Synthesis of vanadium doped TiO2 nanowires: thermal stability and photoactivity for hydrogen production by water splitting.

Daniela D'Elia 1,2Yoshikazu Suzuki 3Marie-Hélène Berger 4Jean-Christophe Valmalette 5Jean-Francois Hochepied 1Christian Beauger 2Arnaud Rigacci 2Patrick Achard 2

1. Laboratoire de Systemes Colloidaux dans le Processus Industriels (SCPI), Ecole des Mines de Paris, Paris F - 75272, France
2. Ecole des Mines de Paris, Center for Energy and Processes, Sophia Antipolis 06904, France
3. Institute of Advanced Energy, Kyoto University, Kyoto 611-0011, Japan
4. Ecole des Mines de Paris Center of Materials EVRY, Paris 91003, France
5. Universite du Sud Toulon-Var (UTV), Av. de l'université Bat.R., La Garde, Toulon 83957, France


The most important energy challenge of the near future is to produce clean energy from renewable sources. The using of solar energy to split water in order to produce hydrogen can represent a good solution. In addition this process uses TiO2 as catalyst, cheap, abundant and chemical stable material.
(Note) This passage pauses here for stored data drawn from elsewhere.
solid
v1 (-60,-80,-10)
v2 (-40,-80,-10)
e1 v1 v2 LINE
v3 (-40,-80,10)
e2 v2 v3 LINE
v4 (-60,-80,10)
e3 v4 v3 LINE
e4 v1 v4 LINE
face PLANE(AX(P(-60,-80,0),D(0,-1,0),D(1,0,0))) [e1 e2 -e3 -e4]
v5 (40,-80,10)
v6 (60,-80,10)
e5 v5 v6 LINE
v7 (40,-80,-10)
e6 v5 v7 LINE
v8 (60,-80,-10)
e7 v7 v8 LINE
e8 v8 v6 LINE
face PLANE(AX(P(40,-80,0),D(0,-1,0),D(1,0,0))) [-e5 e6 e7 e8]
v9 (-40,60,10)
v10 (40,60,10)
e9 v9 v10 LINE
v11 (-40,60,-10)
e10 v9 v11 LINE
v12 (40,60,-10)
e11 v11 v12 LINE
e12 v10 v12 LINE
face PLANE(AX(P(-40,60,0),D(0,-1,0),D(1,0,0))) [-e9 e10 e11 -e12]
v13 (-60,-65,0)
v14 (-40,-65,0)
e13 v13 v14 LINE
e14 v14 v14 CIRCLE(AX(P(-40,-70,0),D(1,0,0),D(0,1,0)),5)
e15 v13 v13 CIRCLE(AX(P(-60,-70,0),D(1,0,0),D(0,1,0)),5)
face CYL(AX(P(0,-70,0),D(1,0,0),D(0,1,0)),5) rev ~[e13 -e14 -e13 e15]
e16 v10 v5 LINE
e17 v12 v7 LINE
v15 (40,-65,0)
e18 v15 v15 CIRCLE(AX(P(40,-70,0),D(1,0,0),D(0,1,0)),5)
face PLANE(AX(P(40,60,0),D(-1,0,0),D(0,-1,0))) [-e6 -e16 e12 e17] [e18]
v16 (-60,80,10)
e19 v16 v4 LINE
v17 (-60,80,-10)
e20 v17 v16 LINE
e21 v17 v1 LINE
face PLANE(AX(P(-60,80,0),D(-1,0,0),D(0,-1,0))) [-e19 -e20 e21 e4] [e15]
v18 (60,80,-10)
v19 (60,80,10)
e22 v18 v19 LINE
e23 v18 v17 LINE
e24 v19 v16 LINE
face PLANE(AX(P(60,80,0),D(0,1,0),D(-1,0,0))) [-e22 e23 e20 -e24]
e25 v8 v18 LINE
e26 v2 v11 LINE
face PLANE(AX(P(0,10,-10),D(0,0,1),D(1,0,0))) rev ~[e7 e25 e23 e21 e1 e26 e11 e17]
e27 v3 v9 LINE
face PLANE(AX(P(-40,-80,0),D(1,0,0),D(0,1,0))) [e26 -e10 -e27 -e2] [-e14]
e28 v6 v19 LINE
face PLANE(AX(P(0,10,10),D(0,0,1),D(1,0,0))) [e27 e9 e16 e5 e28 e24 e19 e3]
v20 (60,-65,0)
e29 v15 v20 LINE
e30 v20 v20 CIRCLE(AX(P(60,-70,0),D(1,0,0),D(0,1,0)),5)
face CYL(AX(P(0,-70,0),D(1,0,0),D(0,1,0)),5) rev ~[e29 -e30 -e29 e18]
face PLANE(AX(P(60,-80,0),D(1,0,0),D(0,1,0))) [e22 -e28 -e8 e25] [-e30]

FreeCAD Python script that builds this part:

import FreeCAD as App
import Part
import Sketcher
Q = App.Units.Quantity


def add_polygon(sketch, points):
    """Adds a closed chain of lines whose ends are joined by coincident constraints."""
    first, n = sketch.GeometryCount, len(points)
    for a, b in zip(points, points[1:] + points[:1]):
        sketch.addGeometry(Part.LineSegment(App.Vector(*a, 0), App.Vector(*b, 0)), False)
    for i in range(n):
        sketch.addConstraint(Sketcher.Constraint("Coincident", first + i, 2, first + (i + 1) % n, 1))

doc = App.newDocument("Part")
params = doc.addObject("Spreadsheet::Sheet", "Params")
for row, (alias, value) in enumerate([
    ("sketch1_width", "20 mm"),
    ("sketch1_width2", "120 mm"),
    ("sketch1_height", "160 mm"),
    ("sketch1_height2", "140 mm"),
    ("pad1_length", "20 mm"),
    ("sketch2_diameter", "10 mm"),
    ("pocket1_length", "120 mm"),
], start=1):
    params.set(f"A{row}", alias)
    params.set(f"B{row}", "=" + value)
    params.setAlias(f"B{row}", alias)

body = doc.addObject("PartDesign::Body", "Body")

# Sketch on XY plane
sketch1 = doc.addObject("Sketcher::SketchObject", "Sketch")
body.addObject(sketch1)
sketch1.AttachmentSupport = (doc.XY_Plane, [""])
sketch1.MapMode = "FlatFace"
add_polygon(sketch1, [(40, -80), (60, -80), (60, 80), (-60, 80), (-60, -80), (-40, -80), (-40, 60), (40, 60)])  # lines 0-7
sketch1.addConstraint([
    Sketcher.Constraint("Horizontal", 0),
    Sketcher.Constraint("Vertical", 1),
    Sketcher.Constraint("Horizontal", 2),
    Sketcher.Constraint("Vertical", 3),
    Sketcher.Constraint("Horizontal", 4),
    Sketcher.Constraint("Vertical", 5),
    Sketcher.Constraint("Horizontal", 6),
    Sketcher.Constraint("Vertical", 7),
    Sketcher.Constraint("Symmetric", 0, 2, 2, 2, -1, 1),
    Sketcher.Constraint("Symmetric", 4, 2, 7, 2, -2),
    Sketcher.Constraint("DistanceX", 0, 1, 0, 2, Q("20 mm")),
    Sketcher.Constraint("DistanceX", 2, 2, 2, 1, Q("120 mm")),
    Sketcher.Constraint("DistanceY", 1, 1, 1, 2, Q("160 mm")),
    Sketcher.Constraint("DistanceY", 5, 1, 5, 2, Q("140 mm")),
])
sketch1.setExpression("Constraints[18]", "Params.sketch1_width")
sketch1.setExpression("Constraints[19]", "Params.sketch1_width2")
sketch1.setExpression("Constraints[20]", "Params.sketch1_height")
sketch1.setExpression("Constraints[21]", "Params.sketch1_height2")
pad1 = doc.addObject("PartDesign::Pad", "Pad")
body.addObject(pad1)
pad1.Profile = sketch1
pad1.setExpression("Length", "Params.pad1_length")
pad1.Midplane = True

# Sketch on YZ plane
sketch2 = doc.addObject("Sketcher::SketchObject", "Sketch001")
body.addObject(sketch2)
sketch2.AttachmentSupport = (doc.YZ_Plane, [""])
sketch2.MapMode = "FlatFace"
sketch2.addGeometry(Part.Circle(App.Vector(-70, 0, 0), App.Vector(0, 0, 1), 5), False)
sketch2.addConstraint([
    Sketcher.Constraint("PointOnObject", 0, 3, -1),
    Sketcher.Constraint("Diameter", 0, Q("10 mm")),
    Sketcher.Constraint("DistanceX", 0, 3, -1, 1, Q("70 mm")),
])
sketch2.setExpression("Constraints[1]", "Params.sketch2_diameter")
pocket1 = doc.addObject("PartDesign::Pocket", "Pocket")
body.addObject(pocket1)
pocket1.Profile = sketch2
pocket1.setExpression("Length", "Params.pocket1_length")
pocket1.Midplane = True

doc.recompute()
In the recent years  titania nanotubes, nanowires, nanofibers, nanorods,  have been investigated to create pathways, potentially enhancing electron percolation, light conversion, as well as to improve ion diffusion at the semiconductor–electrolyte interface [1].
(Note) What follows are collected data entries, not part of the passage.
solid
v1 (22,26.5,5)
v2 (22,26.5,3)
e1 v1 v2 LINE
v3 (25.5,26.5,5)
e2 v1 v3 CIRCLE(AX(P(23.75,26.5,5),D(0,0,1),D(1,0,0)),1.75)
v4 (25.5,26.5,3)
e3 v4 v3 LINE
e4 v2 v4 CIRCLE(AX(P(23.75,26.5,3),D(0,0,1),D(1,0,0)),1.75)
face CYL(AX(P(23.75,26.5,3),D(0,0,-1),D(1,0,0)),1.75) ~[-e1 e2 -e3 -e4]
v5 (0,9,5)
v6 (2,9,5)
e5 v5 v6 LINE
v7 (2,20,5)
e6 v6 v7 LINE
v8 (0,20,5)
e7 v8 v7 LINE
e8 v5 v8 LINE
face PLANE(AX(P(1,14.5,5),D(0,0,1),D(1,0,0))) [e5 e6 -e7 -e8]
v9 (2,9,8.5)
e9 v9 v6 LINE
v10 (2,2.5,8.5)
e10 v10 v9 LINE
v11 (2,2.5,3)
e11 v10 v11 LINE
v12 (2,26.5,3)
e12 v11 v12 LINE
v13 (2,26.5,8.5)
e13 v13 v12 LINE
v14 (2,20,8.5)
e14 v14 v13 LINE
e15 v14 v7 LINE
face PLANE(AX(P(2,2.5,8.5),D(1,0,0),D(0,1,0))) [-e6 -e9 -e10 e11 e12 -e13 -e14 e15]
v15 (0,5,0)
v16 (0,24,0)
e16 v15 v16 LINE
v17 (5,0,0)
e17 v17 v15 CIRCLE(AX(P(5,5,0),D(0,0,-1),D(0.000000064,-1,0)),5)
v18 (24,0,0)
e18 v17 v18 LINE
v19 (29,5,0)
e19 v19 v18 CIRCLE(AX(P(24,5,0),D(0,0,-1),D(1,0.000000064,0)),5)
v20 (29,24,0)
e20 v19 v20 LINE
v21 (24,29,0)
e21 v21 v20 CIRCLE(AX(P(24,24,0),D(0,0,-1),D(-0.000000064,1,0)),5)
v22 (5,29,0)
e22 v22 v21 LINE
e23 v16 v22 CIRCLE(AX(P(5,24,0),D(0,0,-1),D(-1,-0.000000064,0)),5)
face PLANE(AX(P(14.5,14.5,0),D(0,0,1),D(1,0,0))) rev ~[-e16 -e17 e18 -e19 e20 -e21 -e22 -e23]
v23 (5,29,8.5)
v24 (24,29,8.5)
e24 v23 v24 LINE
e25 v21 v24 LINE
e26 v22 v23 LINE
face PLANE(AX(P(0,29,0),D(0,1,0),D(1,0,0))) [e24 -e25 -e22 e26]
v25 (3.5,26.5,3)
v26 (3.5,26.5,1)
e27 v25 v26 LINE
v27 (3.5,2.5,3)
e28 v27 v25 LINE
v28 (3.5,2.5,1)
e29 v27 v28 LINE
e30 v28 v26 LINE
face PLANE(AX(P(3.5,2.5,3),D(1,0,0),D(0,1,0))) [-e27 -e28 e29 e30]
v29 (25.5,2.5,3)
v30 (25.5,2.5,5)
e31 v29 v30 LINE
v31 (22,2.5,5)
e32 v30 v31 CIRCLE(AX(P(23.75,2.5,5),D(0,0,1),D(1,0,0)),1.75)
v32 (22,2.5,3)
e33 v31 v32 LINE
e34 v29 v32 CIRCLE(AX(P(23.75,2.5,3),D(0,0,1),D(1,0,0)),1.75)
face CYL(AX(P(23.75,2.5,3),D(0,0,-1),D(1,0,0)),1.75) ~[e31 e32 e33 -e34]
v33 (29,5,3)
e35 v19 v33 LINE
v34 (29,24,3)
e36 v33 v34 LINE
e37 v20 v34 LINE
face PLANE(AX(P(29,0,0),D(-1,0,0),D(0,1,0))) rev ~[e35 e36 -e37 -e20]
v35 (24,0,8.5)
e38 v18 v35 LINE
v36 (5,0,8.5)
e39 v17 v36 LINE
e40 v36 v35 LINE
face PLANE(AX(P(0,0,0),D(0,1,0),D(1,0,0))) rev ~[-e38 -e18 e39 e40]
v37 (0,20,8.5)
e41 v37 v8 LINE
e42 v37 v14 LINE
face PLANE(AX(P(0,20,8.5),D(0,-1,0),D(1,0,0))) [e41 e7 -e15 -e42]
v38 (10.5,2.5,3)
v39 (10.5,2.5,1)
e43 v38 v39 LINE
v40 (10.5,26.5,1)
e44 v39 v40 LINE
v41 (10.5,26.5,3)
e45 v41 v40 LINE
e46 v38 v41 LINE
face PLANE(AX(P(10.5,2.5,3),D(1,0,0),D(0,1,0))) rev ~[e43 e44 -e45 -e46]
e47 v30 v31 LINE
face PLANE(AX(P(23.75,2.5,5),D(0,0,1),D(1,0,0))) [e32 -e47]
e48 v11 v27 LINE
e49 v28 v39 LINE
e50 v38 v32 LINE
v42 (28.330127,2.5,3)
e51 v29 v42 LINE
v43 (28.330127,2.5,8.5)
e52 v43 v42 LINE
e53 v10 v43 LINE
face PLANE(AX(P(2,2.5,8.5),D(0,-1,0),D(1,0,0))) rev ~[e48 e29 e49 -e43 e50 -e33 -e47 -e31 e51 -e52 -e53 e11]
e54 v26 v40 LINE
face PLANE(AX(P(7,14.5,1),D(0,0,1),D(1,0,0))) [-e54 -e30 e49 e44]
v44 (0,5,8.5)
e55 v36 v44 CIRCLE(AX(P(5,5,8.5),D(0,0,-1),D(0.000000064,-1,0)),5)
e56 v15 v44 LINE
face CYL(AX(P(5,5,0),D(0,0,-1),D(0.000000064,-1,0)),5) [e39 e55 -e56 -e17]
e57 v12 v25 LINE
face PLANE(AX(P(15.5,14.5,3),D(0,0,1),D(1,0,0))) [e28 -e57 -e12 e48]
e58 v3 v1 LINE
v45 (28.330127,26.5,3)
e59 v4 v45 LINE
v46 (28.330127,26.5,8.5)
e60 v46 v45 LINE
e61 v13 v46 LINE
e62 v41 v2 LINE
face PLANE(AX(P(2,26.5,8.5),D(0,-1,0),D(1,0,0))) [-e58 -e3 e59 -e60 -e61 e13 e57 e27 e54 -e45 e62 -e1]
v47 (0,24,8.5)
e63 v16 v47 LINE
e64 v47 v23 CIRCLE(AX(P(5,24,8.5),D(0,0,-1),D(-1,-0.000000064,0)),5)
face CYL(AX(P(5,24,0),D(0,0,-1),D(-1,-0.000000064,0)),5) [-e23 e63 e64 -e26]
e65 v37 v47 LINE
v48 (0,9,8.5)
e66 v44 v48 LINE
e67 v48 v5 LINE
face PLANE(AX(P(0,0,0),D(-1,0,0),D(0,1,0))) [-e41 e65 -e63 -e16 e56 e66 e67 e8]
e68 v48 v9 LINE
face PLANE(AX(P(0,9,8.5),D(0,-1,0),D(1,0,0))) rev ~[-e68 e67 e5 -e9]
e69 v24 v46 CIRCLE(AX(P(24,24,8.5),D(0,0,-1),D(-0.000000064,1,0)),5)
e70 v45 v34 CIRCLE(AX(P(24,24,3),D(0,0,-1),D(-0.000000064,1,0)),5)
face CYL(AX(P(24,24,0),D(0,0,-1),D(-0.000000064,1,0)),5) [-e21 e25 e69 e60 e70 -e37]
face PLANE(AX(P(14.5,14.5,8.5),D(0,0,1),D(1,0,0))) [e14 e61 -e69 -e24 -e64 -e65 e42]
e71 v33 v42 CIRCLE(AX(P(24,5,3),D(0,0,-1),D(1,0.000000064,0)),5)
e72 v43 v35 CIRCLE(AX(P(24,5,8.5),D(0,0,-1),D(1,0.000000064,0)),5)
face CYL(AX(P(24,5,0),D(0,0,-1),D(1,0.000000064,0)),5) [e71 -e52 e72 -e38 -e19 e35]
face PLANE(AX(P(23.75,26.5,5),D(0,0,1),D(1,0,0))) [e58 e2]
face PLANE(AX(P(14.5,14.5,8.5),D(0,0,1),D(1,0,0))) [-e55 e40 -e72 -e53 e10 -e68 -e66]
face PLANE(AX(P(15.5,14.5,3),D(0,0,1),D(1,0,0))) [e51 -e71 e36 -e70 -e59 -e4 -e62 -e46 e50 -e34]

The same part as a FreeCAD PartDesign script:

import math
import FreeCAD as App
import Part
import Sketcher

V = App.Vector

doc = App.newDocument("Part")
body = doc.addObject("PartDesign::Body", "Body")

sketch1 = doc.addObject("Sketcher::SketchObject", "Sketch")
body.addObject(sketch1)
sketch1.AttachmentSupport = (doc.XY_Plane, [""])
sketch1.MapMode = "FlatFace"
sketch1.addGeometry(Part.LineSegment(V(0, 29, 0), V(0, 0, 0)), False)
sketch1.addGeometry(Part.LineSegment(V(0, 0, 0), V(29, 0, 0)), False)
sketch1.addGeometry(Part.LineSegment(V(29, 0, 0), V(29, 29, 0)), False)
sketch1.addGeometry(Part.LineSegment(V(29, 29, 0), V(0, 29, 0)), False)
sketch1.addConstraint(Sketcher.Constraint("Coincident", 0, 2, 1, 1))
sketch1.addConstraint(Sketcher.Constraint("Coincident", 1, 2, 2, 1))
sketch1.addConstraint(Sketcher.Constraint("Coincident", 2, 2, 3, 1))
sketch1.addConstraint(Sketcher.Constraint("Coincident", 3, 2, 0, 1))
sketch1.addConstraint(Sketcher.Constraint("Vertical", 0))
sketch1.addConstraint(Sketcher.Constraint("Horizontal", 1))
sketch1.addConstraint(Sketcher.Constraint("Vertical", 2))
sketch1.addConstraint(Sketcher.Constraint("Horizontal", 3))
sketch1.addConstraint(Sketcher.Constraint("Coincident", 0, 2, -1, 1))
sketch1.addConstraint(Sketcher.Constraint("Equal", 3, 0))
sketch1.addConstraint(Sketcher.Constraint("DistanceX", 1, 1, 1, 2, 29.0))
pad1 = doc.addObject("PartDesign::Pad", "Pad")
body.addObject(pad1)
pad1.Profile = sketch1
pad1.Length = 8.5

sketch2 = doc.addObject("Sketcher::SketchObject", "Sketch001")
body.addObject(sketch2)
sketch2.AttachmentSupport = (doc.XY_Plane, [""])
sketch2.MapMode = "FlatFace"
sketch2.AttachmentOffset = App.Placement(V(0, 0, 8.5), App.Rotation())
sketch2.addGeometry(Part.LineSegment(V(2, 26, 0), V(2, 2, 0)), False)
sketch2.addGeometry(Part.LineSegment(V(2, 2, 0), V(29, 2, 0)), False)
sketch2.addGeometry(Part.LineSegment(V(29, 2, 0), V(29, 26, 0)), False)
sketch2.addGeometry(Part.LineSegment(V(29, 26, 0), V(2, 26, 0)), False)
sketch2.addConstraint(Sketcher.Constraint("Coincident", 0, 2, 1, 1))
sketch2.addConstraint(Sketcher.Constraint("Coincident", 1, 2, 2, 1))
sketch2.addConstraint(Sketcher.Constraint("Coincident", 2, 2, 3, 1))
sketch2.addConstraint(Sketcher.Constraint("Coincident", 3, 2, 0, 1))
sketch2.addConstraint(Sketcher.Constraint("Vertical", 0))
sketch2.addConstraint(Sketcher.Constraint("Horizontal", 1))
sketch2.addConstraint(Sketcher.Constraint("Vertical", 2))
sketch2.addConstraint(Sketcher.Constraint("Horizontal", 3))
sketch2.addConstraint(Sketcher.Constraint("DistanceX", 1, 1, 1, 2, 27.0))
sketch2.addConstraint(Sketcher.Constraint("DistanceY", 0, 2, 0, 1, 24.0))
sketch2.addConstraint(Sketcher.Constraint("DistanceX", -1, 1, 0, 2, 2.0))
sketch2.addConstraint(Sketcher.Constraint("DistanceY", -1, 1, 0, 2, 2.5))
pocket1 = doc.addObject("PartDesign::Pocket", "Pocket")
body.addObject(pocket1)
pocket1.Profile = sketch2
pocket1.Length = 5.5

sketch3 = doc.addObject("Sketcher::SketchObject", "Sketch002")
body.addObject(sketch3)
sketch3.AttachmentSupport = (doc.XY_Plane, [""])
sketch3.MapMode = "FlatFace"
sketch3.AttachmentOffset = App.Placement(V(0, 0, 3), App.Rotation())
sketch3.addGeometry(Part.LineSegment(V(4, 26, 0), V(4, 2, 0)), False)
sketch3.addGeometry(Part.LineSegment(V(4, 2, 0), V(10, 2, 0)), False)
sketch3.addGeometry(Part.LineSegment(V(10, 2, 0), V(10, 26, 0)), False)
sketch3.addGeometry(Part.LineSegment(V(10, 26, 0), V(4, 26, 0)), False)
sketch3.addConstraint(Sketcher.Constraint("Coincident", 0, 2, 1, 1))
sketch3.addConstraint(Sketcher.Constraint("Coincident", 1, 2, 2, 1))
sketch3.addConstraint(Sketcher.Constraint("Coincident", 2, 2, 3, 1))
sketch3.addConstraint(Sketcher.Constraint("Coincident", 3, 2, 0, 1))
sketch3.addConstraint(Sketcher.Constraint("Vertical", 0))
sketch3.addConstraint(Sketcher.Constraint("Horizontal", 1))
sketch3.addConstraint(Sketcher.Constraint("Vertical", 2))
sketch3.addConstraint(Sketcher.Constraint("Horizontal", 3))
sketch3.addConstraint(Sketcher.Constraint("DistanceX", 1, 1, 1, 2, 7.0))
sketch3.addConstraint(Sketcher.Constraint("DistanceY", 0, 2, 0, 1, 24.0))
sketch3.addConstraint(Sketcher.Constraint("DistanceX", -1, 1, 0, 2, 3.5))
sketch3.addConstraint(Sketcher.Constraint("DistanceY", -1, 1, 0, 2, 2.5))
pocket2 = doc.addObject("PartDesign::Pocket", "Pocket001")
body.addObject(pocket2)
pocket2.Profile = sketch3
pocket2.Length = 2

sketch4 = doc.addObject("Sketcher::SketchObject", "Sketch003")
body.addObject(sketch4)
sketch4.AttachmentSupport = (doc.XY_Plane, [""])
sketch4.MapMode = "FlatFace"
sketch4.AttachmentOffset = App.Placement(V(0, 0, 3), App.Rotation())
sketch4.addGeometry(Part.Circle(V(23.8, 2.5, 0), V(0, 0, 1), 1.8), False)
sketch4.addGeometry(Part.Circle(V(23.8, 26.5, 0), V(0, 0, 1), 1.8), False)
sketch4.addConstraint(Sketcher.Constraint("Equal", 0, 1))
sketch4.addConstraint(Sketcher.Constraint("Vertical", 0, 3, 1, 3))
sketch4.addConstraint(Sketcher.Constraint("Diameter", 0, 3.5))
sketch4.addConstraint(Sketcher.Constraint("DistanceY", 0, 3, 1, 3, 24.0))
sketch4.addConstraint(Sketcher.Constraint("DistanceY", -1, 1, 0, 3, 2.5))
sketch4.addConstraint(Sketcher.Constraint("DistanceX", -1, 1, 0, 3, 23.75))
pad2 = doc.addObject("PartDesign::Pad", "Pad001")
body.addObject(pad2)
pad2.Profile = sketch4
pad2.Length = 2

sketch5 = doc.addObject("Sketcher::SketchObject", "Sketch004")
body.addObject(sketch5)
sketch5.AttachmentSupport = (doc.XY_Plane, [""])
sketch5.MapMode = "FlatFace"
sketch5.AttachmentOffset = App.Placement(V(0, 0, 8.5), App.Rotation())
sketch5.addGeometry(Part.LineSegment(V(0, 20, 0), V(0, 9, 0)), False)
sketch5.addGeometry(Part.LineSegment(V(0, 9, 0), V(2, 9, 0)), False)
sketch5.addGeometry(Part.LineSegment(V(2, 9, 0), V(2, 20, 0)), False)
sketch5.addGeometry(Part.LineSegment(V(2, 20, 0), V(0, 20, 0)), False)
sketch5.addConstraint(Sketcher.Constraint("Coincident", 0, 2, 1, 1))
sketch5.addConstraint(Sketcher.Constraint("Coincident", 1, 2, 2, 1))
sketch5.addConstraint(Sketcher.Constraint("Coincident", 2, 2, 3, 1))
sketch5.addConstraint(Sketcher.Constraint("Coincident", 3, 2, 0, 1))
sketch5.addConstraint(Sketcher.Constraint("Vertical", 0))
sketch5.addConstraint(Sketcher.Constraint("Horizontal", 1))
sketch5.addConstraint(Sketcher.Constraint("Vertical", 2))
sketch5.addConstraint(Sketcher.Constraint("Horizontal", 3))
sketch5.addConstraint(Sketcher.Constraint("PointOnObject", 0, 2, -2))
sketch5.addConstraint(Sketcher.Constraint("DistanceX", 1, 1, 1, 2, 2.0))
sketch5.addConstraint(Sketcher.Constraint("DistanceY", 0, 2, 0, 1, 11.0))
sketch5.addConstraint(Sketcher.Constraint("DistanceY", -1, 1, 0, 2, 9.0))
pocket3 = doc.addObject("PartDesign::Pocket", "Pocket002")
body.addObject(pocket3)
pocket3.Profile = sketch5
pocket3.Length = 3.5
From the pioneers works of  Kasuga [2] many studies have been carried out in order to improve the performances of the 1 D titania structures. Ion doping is one of  the most classical and efficient technique to avoid the fast recombination of the photo-generated electron/hole pairs and  to shift the photo-response of  TiO2 into visible spectrum [3]. Particularly interesting is the effect of the introduction of  vanadium in the TiO2 lattice [4].

In this work anatase nanowires have been doped with vanadium by wet impregnation technique using VO(acac)2. After calcination treatment the samples have been characterized by Xray diffraction, nitrogen adsorption/desorption isotherms applying BET model, Transmission Electron Microscopy, HT-XRD, Infra-red and Raman spectroscopy. Photocatalytic H2 production reaction, carried out on TiO2 suspensions in a closed gas-circulation system using a high-pressure Hg lamp as the light source, has been also discussed.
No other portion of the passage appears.